Modeling and Control of a Cascaded NPC/H-Bridge Inverter with LCL Filter in PV- Grid Application

T. Wanjekeche *, D.V.Nicolae * * Department of Electrical Engineering

Tshwane University of Technology Pretoria, South Africa

Email: Wanjekeche@yahoo.com, nicolaedv@tut.ac.za

A.A.Jimoh Department of Electrical Engineering Tshwane University of Technology

Pretoria, South Africa Email: JimohAA@tut.ac.za

Abstract— The output voltage and current of renewable energy sources such as Photo- voltaic are not controlled. Consequently PV- Grid interface system is employed condition output voltage and current into the grid. This call for efficient and well designed control strategies to ensure reliability, stability and quality power output. This paper proposes nine- level cascaded NPC/H-bridge inverter as the PV- Grid interface. Cascaded NPC/H-Bridge inverter is modeled and a control law for realizing nine- level output with reduced harmonic content is developed. Modeling is easily achieved by considering the whole inverter as having four cascaded three level legs, two positive and two negative. Then a mathematical model is formulated for LCL filters assuming that the resistances associated with the inductances have negligible effect on the system steady state variables. Finally a control technique is developed for the whole system and its robustness tested by carrying out several simulations tests in MATLAB under different operating conditions.

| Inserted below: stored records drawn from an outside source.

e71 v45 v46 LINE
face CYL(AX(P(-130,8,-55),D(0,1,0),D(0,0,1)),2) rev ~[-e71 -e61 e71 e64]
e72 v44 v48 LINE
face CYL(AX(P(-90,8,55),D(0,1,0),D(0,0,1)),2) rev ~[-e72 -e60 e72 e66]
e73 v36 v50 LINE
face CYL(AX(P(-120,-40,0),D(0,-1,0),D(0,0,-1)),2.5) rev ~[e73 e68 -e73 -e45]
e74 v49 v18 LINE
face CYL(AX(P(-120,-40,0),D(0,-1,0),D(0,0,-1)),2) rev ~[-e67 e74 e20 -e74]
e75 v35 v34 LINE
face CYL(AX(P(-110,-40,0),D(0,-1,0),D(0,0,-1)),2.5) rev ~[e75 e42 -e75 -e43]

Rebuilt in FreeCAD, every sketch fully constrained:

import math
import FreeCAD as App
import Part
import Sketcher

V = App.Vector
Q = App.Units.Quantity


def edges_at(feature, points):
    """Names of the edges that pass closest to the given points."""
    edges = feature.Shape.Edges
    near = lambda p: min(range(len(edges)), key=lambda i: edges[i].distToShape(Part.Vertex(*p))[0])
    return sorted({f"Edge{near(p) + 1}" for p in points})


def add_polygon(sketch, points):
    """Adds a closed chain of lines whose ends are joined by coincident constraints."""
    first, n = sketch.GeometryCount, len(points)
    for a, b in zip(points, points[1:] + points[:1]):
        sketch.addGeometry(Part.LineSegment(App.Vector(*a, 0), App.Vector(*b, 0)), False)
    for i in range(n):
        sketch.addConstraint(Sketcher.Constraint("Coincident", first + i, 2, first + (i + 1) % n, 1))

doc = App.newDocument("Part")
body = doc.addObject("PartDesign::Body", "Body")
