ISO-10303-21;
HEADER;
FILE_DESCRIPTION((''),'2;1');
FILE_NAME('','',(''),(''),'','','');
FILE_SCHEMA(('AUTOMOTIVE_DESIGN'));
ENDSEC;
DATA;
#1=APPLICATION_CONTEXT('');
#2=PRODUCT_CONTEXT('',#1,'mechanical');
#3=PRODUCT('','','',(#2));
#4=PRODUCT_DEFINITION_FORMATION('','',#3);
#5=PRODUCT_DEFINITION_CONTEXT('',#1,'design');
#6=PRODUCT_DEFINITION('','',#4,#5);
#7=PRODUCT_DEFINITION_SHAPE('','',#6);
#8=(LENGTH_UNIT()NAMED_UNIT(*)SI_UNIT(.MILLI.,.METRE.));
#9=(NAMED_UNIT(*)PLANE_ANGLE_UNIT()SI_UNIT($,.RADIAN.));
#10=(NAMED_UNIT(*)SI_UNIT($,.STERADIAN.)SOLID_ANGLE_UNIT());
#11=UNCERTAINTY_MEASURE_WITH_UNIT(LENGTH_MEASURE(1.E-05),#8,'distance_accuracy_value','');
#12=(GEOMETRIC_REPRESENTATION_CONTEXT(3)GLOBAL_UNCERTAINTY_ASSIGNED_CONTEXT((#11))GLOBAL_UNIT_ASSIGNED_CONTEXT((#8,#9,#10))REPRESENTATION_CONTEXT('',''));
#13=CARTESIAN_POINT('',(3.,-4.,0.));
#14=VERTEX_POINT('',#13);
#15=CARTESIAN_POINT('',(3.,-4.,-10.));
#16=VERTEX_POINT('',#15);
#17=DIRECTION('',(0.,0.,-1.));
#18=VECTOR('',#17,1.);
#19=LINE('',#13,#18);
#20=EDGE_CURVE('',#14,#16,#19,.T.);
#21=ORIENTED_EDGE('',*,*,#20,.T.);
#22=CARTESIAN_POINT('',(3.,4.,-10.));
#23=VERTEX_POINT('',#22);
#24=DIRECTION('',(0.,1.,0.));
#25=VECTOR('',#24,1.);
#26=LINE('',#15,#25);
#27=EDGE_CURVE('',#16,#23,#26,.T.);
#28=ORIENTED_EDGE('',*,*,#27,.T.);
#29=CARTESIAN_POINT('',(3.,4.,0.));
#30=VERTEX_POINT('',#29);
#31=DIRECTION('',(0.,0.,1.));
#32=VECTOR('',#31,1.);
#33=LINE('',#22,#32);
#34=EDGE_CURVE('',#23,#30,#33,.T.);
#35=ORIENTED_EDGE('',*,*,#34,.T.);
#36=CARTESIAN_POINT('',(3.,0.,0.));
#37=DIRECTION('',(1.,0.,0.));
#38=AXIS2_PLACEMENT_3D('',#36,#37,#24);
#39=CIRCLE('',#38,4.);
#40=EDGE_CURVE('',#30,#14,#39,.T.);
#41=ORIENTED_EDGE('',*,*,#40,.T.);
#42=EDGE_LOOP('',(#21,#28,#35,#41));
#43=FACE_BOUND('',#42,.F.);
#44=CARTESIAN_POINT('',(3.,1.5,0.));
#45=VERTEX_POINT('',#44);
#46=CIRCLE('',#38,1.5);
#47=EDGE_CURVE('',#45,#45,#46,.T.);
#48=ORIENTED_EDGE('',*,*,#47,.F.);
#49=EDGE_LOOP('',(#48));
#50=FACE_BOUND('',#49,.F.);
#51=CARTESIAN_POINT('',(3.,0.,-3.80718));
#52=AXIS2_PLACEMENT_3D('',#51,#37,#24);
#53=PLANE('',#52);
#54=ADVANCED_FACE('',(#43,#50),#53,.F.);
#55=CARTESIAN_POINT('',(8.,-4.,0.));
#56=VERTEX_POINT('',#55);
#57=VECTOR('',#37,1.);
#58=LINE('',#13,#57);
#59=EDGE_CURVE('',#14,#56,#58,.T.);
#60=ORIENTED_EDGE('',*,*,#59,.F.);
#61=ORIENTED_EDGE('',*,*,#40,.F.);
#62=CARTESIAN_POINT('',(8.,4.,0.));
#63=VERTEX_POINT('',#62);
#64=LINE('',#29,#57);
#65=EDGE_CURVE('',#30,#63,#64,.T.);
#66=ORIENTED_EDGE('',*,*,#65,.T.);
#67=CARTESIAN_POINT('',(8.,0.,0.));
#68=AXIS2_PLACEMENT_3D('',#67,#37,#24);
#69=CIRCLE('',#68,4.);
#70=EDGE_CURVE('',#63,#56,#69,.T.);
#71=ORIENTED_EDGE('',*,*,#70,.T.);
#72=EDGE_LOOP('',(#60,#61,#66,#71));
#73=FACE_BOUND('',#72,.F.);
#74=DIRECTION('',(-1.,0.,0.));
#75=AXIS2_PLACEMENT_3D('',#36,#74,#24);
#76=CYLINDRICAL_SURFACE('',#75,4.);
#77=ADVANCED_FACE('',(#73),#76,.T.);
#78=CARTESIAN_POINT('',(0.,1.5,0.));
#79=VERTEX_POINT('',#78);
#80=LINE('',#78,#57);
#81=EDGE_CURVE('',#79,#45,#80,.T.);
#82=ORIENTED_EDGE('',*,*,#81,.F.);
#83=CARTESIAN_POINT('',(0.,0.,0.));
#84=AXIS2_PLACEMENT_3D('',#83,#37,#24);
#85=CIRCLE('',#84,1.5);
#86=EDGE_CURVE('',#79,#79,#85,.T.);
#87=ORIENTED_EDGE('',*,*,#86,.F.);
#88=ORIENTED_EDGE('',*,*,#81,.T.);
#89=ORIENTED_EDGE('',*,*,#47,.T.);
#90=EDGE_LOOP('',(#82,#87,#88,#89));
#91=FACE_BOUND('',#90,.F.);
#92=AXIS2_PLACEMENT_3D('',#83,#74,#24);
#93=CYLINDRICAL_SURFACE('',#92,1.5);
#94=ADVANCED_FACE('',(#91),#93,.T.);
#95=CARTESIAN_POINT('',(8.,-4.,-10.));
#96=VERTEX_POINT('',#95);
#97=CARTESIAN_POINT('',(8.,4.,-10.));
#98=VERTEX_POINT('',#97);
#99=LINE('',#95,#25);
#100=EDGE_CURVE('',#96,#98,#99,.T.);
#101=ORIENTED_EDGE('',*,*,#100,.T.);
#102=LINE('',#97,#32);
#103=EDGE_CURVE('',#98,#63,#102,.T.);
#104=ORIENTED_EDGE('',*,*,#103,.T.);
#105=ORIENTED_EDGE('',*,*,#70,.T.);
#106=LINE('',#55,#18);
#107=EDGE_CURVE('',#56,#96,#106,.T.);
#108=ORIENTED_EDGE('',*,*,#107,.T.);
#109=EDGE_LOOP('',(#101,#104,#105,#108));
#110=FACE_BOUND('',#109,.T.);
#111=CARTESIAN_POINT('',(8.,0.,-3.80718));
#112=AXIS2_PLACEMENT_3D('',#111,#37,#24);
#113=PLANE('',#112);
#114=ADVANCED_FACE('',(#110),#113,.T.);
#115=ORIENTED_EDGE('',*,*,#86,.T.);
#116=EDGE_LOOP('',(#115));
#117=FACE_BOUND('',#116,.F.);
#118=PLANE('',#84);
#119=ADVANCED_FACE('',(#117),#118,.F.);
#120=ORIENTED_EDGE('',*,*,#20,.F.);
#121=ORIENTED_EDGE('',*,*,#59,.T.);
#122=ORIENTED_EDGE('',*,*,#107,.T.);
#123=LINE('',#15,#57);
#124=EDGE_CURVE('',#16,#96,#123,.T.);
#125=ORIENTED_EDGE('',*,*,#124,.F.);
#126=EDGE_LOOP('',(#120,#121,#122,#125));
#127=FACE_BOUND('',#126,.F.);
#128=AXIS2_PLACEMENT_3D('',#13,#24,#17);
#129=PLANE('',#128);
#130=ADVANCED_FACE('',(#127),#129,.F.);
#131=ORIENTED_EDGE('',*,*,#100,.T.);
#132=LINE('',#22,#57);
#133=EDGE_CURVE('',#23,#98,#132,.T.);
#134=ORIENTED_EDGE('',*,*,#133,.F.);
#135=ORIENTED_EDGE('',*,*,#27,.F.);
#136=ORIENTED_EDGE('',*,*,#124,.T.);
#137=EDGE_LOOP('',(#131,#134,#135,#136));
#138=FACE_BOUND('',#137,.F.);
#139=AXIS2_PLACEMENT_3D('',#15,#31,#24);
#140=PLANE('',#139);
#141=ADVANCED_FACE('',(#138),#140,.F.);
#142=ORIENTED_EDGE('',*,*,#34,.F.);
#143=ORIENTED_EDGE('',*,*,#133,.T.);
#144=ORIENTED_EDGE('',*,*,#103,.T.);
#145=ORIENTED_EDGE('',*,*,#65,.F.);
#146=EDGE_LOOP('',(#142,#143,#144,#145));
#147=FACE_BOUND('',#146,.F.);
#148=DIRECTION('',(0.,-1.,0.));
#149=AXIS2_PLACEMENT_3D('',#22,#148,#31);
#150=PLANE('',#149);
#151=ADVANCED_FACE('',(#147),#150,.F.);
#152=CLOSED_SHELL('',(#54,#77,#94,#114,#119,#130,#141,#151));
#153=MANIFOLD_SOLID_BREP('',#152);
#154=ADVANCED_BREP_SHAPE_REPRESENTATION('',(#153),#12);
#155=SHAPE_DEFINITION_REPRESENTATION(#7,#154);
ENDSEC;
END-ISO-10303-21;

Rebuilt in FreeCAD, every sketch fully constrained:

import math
import FreeCAD as App
import Part
import Sketcher

V = App.Vector
Q = App.Units.Quantity

doc = App.newDocument("Part")
body = doc.addObject("PartDesign::Body", "Body")

sketch1 = body.newObject("Sketcher::SketchObject", "Sketch")
sketch1.AttachmentSupport = (doc.getObject("YZ_Plane"), [""])
sketch1.MapMode = "FlatFace"
sketch1.addGeometry(Part.Circle(V(0, 0, 0), V(0, 0, 1), 1.5), False)
sketch1.addConstraint([
    Sketcher.Constraint("Coincident", 0, 3, -1, 1),
    Sketcher.Constraint("Diameter", 0, Q("3 mm")),
])
pad1 = body.newObject("PartDesign::Pad", "Pad")
pad1.Profile = sketch1
pad1.Length = 3

sketch2 = body.newObject("Sketcher::SketchObject", "Sketch001")
sketch2.AttachmentSupport = (doc.getObject("YZ_Plane"), [""])
sketch2.MapMode = "FlatFace"
sketch2.AttachmentOffset = App.Placement(V(0, 0, 3), App.Rotation())
sketch2.addGeometry([
    Part.LineSegment(V(4, -10, 0), V(4, 0, 0)),
    Part.ArcOfCircle(Part.Circle(V(0, 0, 0), V(0, 0, 1), 4), math.radians(0), math.radians(180)),
    Part.LineSegment(V(-4, 0, 0), V(-4, -10, 0)),
    Part.LineSegment(V(-4, -10, 0), V(4, -10, 0)),
], False)
sketch2.addConstraint([
    Sketcher.Constraint("Tangent", 0, 2, 1, 1),
    Sketcher.Constraint("Tangent", 1, 2, 2, 1),
    Sketcher.Constraint("Coincident", 2, 2, 3, 1),
    Sketcher.Constraint("Coincident", 3, 2, 0, 1),
    Sketcher.Constraint("Vertical", 0),
    Sketcher.Constraint("Vertical", 2),
    Sketcher.Constraint("Horizontal", 3),
    Sketcher.Constraint("Coincident", 1, 3, -1, 1),
    Sketcher.Constraint("Radius", 1, Q("4 mm")),
    Sketcher.Constraint("DistanceY", 0, 1, 0, 2, Q("10 mm")),
])
pad2 = body.newObject("PartDesign::Pad", "Pad001")
pad2.Profile = sketch2
pad2.Length = 5

doc.recompute()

Keywords- Cascaded NPC/H-Bridge; LCL filter; PWM inverter; PV – grid interface;

I. INTRODUCTION Grid connected PV systems are nowadays recognized for

their clean power generation, the main objective of grid connected PV system is to maximize power generation and injection to the grid but at the same time ensuring reliability, stability and quality power output. This calls for innovative but also more reliable, stable and cost effective power converters for interfacing PV modules to the grid [1]- [2].

Multilevel inverter is an effective solution for increasing power and reducing harmonics content of an ac waveform. This is because multilevel inverter has several advantages over the conventional two level inverters such as high voltage rating based on conventional power switches, better output voltage waveform which is close to sine wave with reduced harmonic content and less dv/dt, and finally higher output power is easily achieved [3] – [5].

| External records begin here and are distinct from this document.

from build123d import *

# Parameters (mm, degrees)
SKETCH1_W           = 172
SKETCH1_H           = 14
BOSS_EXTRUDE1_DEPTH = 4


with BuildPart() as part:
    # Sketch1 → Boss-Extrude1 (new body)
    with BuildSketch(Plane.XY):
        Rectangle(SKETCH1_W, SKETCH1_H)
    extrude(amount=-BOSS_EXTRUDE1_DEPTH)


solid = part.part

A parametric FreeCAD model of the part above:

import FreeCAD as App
import Part
import Sketcher


def add_polygon(sketch, points):
    """Adds a closed chain of lines whose ends are joined by coincident constraints."""
    first, n = sketch.GeometryCount, len(points)
    for a, b in zip(points, points[1:] + points[:1]):
        sketch.addGeometry(Part.LineSegment(App.Vector(*a, 0), App.Vector(*b, 0)), False)
    for i in range(n):
        sketch.addConstraint(Sketcher.Constraint("Coincident", first + i, 2, first + (i + 1) % n, 1))

doc = App.newDocument("Part")
body = doc.addObject("PartDesign::Body", "Body")

sketch1 = doc.addObject("Sketcher::SketchObject", "Sketch")
body.addObject(sketch1)
sketch1.AttachmentSupport = (doc.XY_Plane, [""])
sketch1.MapMode = "FlatFace"
add_polygon(sketch1, [(-86, 7), (-86, -7), (86, -7), (86, 7)])
sketch1.addConstraint(Sketcher.Constraint("Vertical", 0))
sketch1.addConstraint(Sketcher.Constraint("Horizontal", 1))
sketch1.addConstraint(Sketcher.Constraint("Vertical", 2))
sketch1.addConstraint(Sketcher.Constraint("Horizontal", 3))
sketch1.addConstraint(Sketcher.Constraint("Symmetric", 0, 2, 2, 2, -1, 1))
sketch1.addConstraint(Sketcher.Constraint("DistanceX", 1, 1, 1, 2, 172.0))
sketch1.addConstraint(Sketcher.Constraint("DistanceY", 0, 2, 0, 1, 14.0))
pad1 = doc.addObject("PartDesign::Pad", "Pad")
body.addObject(pad1)
pad1.Profile = sketch1
pad1.Length = 4
pad1.Reversed = True

doc.recompute()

Based on these advantages various circuits and topologies and modulation strategies have been reported for better utilization of multilevel voltage source inverters. Multilevel topologies are classified into three categories, namely; the NPC inverter [6], The Flying Capacitor (FC) [7] and the cascaded inverters with separate voltage sources (also called H-bridge converters) [8]. A cascade multilevel inverter is a

special kind of multilevel inverter built to synthesize a desired AC voltage from several levels of DC voltages [9].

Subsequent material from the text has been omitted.